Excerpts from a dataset
[Start of Attachment]
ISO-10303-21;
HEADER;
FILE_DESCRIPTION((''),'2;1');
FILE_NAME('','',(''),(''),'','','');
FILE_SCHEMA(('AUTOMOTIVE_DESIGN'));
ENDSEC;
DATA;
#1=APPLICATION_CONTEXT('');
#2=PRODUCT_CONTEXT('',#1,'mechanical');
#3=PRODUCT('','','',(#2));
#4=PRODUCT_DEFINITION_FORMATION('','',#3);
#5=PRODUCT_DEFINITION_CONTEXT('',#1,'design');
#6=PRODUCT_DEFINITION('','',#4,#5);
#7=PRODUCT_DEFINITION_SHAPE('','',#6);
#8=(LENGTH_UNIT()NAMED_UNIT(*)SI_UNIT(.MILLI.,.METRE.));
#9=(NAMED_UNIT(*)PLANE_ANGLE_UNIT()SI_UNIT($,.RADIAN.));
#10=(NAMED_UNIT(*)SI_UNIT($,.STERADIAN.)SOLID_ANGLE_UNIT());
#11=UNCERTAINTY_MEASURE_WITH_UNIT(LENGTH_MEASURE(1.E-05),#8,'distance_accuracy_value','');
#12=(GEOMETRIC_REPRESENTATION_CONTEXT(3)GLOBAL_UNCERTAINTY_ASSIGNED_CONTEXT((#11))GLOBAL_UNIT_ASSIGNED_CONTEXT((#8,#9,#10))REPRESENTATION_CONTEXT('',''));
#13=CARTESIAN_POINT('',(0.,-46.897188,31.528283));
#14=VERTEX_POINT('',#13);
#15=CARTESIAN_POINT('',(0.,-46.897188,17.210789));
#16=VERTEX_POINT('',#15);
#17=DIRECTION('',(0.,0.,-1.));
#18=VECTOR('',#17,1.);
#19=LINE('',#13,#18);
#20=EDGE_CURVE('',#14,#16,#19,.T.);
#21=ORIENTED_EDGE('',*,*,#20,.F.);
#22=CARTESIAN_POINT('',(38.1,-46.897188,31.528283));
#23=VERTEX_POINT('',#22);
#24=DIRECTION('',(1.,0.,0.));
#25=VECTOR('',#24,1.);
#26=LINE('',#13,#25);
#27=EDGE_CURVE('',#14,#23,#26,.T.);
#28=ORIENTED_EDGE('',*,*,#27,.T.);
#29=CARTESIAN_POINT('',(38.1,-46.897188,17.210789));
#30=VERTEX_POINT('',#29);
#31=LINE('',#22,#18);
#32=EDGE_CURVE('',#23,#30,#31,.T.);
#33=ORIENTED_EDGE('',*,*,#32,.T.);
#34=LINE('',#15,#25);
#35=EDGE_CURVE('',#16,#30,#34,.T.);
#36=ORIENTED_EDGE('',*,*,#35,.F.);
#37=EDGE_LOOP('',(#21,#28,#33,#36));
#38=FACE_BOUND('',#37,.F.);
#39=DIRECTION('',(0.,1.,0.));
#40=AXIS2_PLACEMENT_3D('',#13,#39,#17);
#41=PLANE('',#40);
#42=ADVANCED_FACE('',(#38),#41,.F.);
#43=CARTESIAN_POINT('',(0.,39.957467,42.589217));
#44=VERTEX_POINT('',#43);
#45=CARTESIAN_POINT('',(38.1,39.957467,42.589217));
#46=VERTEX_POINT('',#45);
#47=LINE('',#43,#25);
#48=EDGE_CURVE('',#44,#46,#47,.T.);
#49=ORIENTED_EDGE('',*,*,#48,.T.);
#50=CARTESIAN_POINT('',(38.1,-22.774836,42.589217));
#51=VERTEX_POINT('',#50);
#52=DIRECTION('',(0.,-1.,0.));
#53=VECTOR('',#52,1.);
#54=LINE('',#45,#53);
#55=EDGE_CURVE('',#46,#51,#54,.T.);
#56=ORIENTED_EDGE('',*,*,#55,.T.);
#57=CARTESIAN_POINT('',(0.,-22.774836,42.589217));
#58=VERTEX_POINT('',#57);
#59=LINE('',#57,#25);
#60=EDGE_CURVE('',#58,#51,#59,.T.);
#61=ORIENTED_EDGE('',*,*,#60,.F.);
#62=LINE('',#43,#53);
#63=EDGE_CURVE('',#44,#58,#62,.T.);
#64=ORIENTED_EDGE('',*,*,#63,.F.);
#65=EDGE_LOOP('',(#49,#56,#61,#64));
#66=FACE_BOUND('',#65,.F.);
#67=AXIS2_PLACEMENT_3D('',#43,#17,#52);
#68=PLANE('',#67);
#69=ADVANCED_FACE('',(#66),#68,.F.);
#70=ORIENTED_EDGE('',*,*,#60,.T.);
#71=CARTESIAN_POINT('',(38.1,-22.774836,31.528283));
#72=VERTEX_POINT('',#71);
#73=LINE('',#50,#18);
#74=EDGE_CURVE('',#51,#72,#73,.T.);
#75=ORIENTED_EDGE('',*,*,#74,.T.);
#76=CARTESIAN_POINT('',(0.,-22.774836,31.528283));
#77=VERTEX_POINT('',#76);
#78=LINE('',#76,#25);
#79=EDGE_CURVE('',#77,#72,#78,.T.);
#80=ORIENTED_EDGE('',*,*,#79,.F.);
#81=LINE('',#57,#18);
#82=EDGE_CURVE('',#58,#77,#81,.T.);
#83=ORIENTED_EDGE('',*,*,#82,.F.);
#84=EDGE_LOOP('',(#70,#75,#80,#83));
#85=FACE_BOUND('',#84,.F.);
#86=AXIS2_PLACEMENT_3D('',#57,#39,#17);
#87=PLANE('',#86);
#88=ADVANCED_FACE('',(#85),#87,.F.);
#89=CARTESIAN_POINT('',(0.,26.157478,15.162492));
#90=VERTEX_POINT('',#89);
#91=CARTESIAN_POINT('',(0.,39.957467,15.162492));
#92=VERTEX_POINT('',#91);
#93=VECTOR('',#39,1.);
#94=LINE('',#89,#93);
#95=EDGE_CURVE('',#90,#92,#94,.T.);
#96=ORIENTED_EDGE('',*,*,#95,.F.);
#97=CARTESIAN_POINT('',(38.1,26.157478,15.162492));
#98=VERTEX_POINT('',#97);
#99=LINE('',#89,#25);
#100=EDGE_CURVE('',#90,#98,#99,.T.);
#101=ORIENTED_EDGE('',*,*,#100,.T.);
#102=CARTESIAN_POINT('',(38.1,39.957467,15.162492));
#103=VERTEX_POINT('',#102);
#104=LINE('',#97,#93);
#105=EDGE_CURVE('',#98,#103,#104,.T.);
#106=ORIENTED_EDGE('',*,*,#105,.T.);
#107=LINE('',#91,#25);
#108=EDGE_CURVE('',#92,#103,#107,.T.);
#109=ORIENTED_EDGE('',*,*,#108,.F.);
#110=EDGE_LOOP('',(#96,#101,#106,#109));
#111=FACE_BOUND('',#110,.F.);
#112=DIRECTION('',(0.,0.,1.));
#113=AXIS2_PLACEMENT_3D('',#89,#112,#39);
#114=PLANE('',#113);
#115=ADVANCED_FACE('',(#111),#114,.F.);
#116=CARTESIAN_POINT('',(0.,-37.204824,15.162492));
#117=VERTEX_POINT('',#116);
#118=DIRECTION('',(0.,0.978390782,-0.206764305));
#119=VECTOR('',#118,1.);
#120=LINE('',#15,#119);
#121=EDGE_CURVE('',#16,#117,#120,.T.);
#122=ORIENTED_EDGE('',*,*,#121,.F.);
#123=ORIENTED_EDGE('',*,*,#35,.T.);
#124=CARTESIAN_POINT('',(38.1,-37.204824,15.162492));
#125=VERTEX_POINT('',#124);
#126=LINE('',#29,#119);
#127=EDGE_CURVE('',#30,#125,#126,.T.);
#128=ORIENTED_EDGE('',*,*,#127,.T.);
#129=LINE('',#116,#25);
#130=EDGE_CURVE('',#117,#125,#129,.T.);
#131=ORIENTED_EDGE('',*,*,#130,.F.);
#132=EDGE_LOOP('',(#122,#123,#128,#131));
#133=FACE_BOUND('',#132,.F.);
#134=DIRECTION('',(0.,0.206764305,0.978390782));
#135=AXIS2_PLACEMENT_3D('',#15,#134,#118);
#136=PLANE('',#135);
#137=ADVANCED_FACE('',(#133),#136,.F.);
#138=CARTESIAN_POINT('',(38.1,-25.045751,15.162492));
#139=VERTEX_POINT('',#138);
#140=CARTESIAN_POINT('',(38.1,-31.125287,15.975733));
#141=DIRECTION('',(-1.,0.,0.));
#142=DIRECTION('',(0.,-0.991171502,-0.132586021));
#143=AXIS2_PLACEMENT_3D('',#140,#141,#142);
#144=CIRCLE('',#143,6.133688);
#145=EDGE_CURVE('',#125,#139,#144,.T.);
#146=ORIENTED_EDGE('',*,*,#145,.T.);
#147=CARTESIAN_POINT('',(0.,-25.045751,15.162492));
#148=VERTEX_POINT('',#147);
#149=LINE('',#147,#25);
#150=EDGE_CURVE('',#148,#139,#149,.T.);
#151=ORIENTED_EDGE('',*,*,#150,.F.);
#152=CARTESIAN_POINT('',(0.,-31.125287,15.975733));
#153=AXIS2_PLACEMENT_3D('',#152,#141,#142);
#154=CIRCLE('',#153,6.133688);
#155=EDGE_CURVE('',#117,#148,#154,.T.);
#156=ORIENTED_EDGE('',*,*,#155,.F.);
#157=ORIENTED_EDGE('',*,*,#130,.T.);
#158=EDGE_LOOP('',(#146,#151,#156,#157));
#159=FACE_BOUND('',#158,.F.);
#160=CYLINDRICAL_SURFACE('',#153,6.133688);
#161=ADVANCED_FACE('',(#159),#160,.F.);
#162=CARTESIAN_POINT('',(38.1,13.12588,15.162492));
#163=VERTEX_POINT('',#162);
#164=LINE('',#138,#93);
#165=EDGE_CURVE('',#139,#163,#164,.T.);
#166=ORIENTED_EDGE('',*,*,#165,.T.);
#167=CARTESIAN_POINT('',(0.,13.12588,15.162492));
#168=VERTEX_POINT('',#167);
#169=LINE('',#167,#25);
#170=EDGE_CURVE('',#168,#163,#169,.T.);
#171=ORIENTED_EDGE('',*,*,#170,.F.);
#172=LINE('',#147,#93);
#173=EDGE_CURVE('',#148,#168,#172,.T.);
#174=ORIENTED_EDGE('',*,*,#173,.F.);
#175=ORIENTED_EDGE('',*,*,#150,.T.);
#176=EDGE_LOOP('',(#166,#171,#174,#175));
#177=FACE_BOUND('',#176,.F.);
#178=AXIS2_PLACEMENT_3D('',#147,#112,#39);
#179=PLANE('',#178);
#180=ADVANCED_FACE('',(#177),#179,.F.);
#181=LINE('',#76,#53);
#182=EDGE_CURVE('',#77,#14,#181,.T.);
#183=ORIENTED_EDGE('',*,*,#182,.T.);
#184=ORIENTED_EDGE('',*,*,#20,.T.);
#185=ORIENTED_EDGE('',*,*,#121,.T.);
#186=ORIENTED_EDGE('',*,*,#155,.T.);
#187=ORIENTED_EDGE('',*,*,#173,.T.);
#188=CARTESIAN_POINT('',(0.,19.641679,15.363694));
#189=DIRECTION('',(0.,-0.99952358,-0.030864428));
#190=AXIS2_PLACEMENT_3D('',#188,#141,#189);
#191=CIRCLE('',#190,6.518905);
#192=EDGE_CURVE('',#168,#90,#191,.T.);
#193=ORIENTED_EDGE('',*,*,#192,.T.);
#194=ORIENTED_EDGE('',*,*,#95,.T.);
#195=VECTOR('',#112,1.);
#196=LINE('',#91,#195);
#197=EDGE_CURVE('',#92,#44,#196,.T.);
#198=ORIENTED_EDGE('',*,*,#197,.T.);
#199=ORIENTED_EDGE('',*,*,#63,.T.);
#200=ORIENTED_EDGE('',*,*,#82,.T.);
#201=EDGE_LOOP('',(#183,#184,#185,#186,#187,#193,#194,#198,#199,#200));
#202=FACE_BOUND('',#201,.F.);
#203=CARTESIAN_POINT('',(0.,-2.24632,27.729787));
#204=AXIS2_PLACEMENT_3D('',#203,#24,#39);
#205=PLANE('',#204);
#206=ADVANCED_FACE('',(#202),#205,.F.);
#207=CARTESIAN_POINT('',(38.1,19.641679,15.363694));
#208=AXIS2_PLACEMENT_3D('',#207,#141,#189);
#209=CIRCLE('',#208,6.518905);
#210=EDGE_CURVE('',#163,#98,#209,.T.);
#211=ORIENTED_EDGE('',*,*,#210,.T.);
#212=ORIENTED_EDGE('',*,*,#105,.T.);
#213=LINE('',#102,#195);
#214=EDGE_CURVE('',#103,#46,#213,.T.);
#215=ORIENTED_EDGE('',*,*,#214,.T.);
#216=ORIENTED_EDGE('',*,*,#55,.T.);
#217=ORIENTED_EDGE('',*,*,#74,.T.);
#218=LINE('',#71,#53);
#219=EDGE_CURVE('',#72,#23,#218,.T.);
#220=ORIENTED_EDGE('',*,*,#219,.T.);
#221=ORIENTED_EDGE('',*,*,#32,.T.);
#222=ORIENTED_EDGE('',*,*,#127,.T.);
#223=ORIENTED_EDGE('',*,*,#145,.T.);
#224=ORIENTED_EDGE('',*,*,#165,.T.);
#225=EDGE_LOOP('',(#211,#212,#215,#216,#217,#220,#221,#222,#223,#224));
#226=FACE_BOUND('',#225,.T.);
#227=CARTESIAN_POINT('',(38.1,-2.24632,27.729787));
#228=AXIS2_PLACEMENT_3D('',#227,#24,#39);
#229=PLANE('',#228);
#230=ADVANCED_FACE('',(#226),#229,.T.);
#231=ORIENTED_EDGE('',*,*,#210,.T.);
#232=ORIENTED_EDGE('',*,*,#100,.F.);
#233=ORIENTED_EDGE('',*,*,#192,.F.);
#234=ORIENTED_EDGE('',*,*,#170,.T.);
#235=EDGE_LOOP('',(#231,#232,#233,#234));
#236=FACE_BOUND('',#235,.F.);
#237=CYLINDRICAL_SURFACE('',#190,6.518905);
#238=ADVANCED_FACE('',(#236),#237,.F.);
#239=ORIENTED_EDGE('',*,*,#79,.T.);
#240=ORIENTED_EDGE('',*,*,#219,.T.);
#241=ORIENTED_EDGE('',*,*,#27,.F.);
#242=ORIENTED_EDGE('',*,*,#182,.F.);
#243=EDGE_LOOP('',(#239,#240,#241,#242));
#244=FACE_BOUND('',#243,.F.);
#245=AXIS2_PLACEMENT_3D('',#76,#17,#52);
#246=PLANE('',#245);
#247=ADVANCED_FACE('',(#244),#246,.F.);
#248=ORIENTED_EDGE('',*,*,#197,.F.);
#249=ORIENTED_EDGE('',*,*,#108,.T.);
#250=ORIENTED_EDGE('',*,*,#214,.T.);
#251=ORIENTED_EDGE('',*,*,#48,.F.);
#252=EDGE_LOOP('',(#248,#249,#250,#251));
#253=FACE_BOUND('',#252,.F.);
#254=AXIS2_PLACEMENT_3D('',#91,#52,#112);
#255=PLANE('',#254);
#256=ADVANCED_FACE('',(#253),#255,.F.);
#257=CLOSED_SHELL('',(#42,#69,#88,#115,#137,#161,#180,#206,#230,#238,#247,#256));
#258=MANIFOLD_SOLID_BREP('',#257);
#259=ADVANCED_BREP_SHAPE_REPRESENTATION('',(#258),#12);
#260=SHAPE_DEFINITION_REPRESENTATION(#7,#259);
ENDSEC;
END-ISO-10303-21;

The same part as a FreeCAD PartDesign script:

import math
import FreeCAD as App
import Part
import Sketcher

V = App.Vector
Q = App.Units.Quantity

doc = App.newDocument("Part")
body = doc.addObject("PartDesign::Body", "Body")

sketch1 = body.newObject("Sketcher::SketchObject", "Sketch")
sketch1.AttachmentSupport = (doc.getObject("YZ_Plane"), [""])
sketch1.MapMode = "FlatFace"
sketch1.addGeometry([
    Part.LineSegment(V(-47, 32, 0), V(-47, 17, 0)),
    Part.LineSegment(V(-47, 17, 0), V(-37, 15, 0)),
    Part.ArcOfCircle(Part.Circle(V(-31, 16, 0), V(0, 0, 1), 6), math.radians(-8), math.radians(188)),
    Part.LineSegment(V(-25, 15, 0), V(13, 15, 0)),
    Part.ArcOfCircle(Part.Circle(V(20, 15, 0), V(0, 0, 1), 7), math.radians(-2), math.radians(182)),
    Part.LineSegment(V(26, 15, 0), V(40, 15, 0)),
    Part.LineSegment(V(40, 15, 0), V(40, 43, 0)),
    Part.LineSegment(V(40, 43, 0), V(-23, 43, 0)),
    Part.LineSegment(V(-23, 43, 0), V(-23, 32, 0)),
    Part.LineSegment(V(-23, 32, 0), V(-47, 32, 0)),
], False)
sketch1.addConstraint([
    Sketcher.Constraint("Coincident", 0, 2, 1, 1),
    Sketcher.Constraint("Coincident", 1, 2, 2, 2),
    Sketcher.Constraint("Coincident", 2, 1, 3, 1),
    Sketcher.Constraint("Coincident", 3, 2, 4, 2),
    Sketcher.Constraint("Coincident", 4, 1, 5, 1),
    Sketcher.Constraint("Coincident", 5, 2, 6, 1),
    Sketcher.Constraint("Coincident", 6, 2, 7, 1),
    Sketcher.Constraint("Coincident", 7, 2, 8, 1),
    Sketcher.Constraint("Coincident", 8, 2, 9, 1),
[End of Attachment]
▶ Task description
Look above for the line holding "#30=VERTEX_POINT('',#29);" and the line holding "#75=ORIENTED_EDGE('',*,*,#74,.T.);", then output exactly those two lines and every line between them, nothing more.

▶ Task answer
#30=VERTEX_POINT('',#29);
#31=LINE('',#22,#18);
#32=EDGE_CURVE('',#23,#30,#31,.T.);
#33=ORIENTED_EDGE('',*,*,#32,.T.);
#34=LINE('',#15,#25);
#35=EDGE_CURVE('',#16,#30,#34,.T.);
#36=ORIENTED_EDGE('',*,*,#35,.F.);
#37=EDGE_LOOP('',(#21,#28,#33,#36));
#38=FACE_BOUND('',#37,.F.);
#39=DIRECTION('',(0.,1.,0.));
#40=AXIS2_PLACEMENT_3D('',#13,#39,#17);
#41=PLANE('',#40);
#42=ADVANCED_FACE('',(#38),#41,.F.);
#43=CARTESIAN_POINT('',(0.,39.957467,42.589217));
#44=VERTEX_POINT('',#43);
#45=CARTESIAN_POINT('',(38.1,39.957467,42.589217));
#46=VERTEX_POINT('',#45);
#47=LINE('',#43,#25);
#48=EDGE_CURVE('',#44,#46,#47,.T.);
#49=ORIENTED_EDGE('',*,*,#48,.T.);
#50=CARTESIAN_POINT('',(38.1,-22.774836,42.589217));
#51=VERTEX_POINT('',#50);
#52=DIRECTION('',(0.,-1.,0.));
#53=VECTOR('',#52,1.);
#54=LINE('',#45,#53);
#55=EDGE_CURVE('',#46,#51,#54,.T.);
#56=ORIENTED_EDGE('',*,*,#55,.T.);
#57=CARTESIAN_POINT('',(0.,-22.774836,42.589217));
#58=VERTEX_POINT('',#57);
#59=LINE('',#57,#25);
#60=EDGE_CURVE('',#58,#51,#59,.T.);
#61=ORIENTED_EDGE('',*,*,#60,.F.);
#62=LINE('',#43,#53);
#63=EDGE_CURVE('',#44,#58,#62,.T.);
#64=ORIENTED_EDGE('',*,*,#63,.F.);
#65=EDGE_LOOP('',(#49,#56,#61,#64));
#66=FACE_BOUND('',#65,.F.);
#67=AXIS2_PLACEMENT_3D('',#43,#17,#52);
#68=PLANE('',#67);
#69=ADVANCED_FACE('',(#66),#68,.F.);
#70=ORIENTED_EDGE('',*,*,#60,.T.);
#71=CARTESIAN_POINT('',(38.1,-22.774836,31.528283));
#72=VERTEX_POINT('',#71);
#73=LINE('',#50,#18);
#74=EDGE_CURVE('',#51,#72,#73,.T.);
#75=ORIENTED_EDGE('',*,*,#74,.T.);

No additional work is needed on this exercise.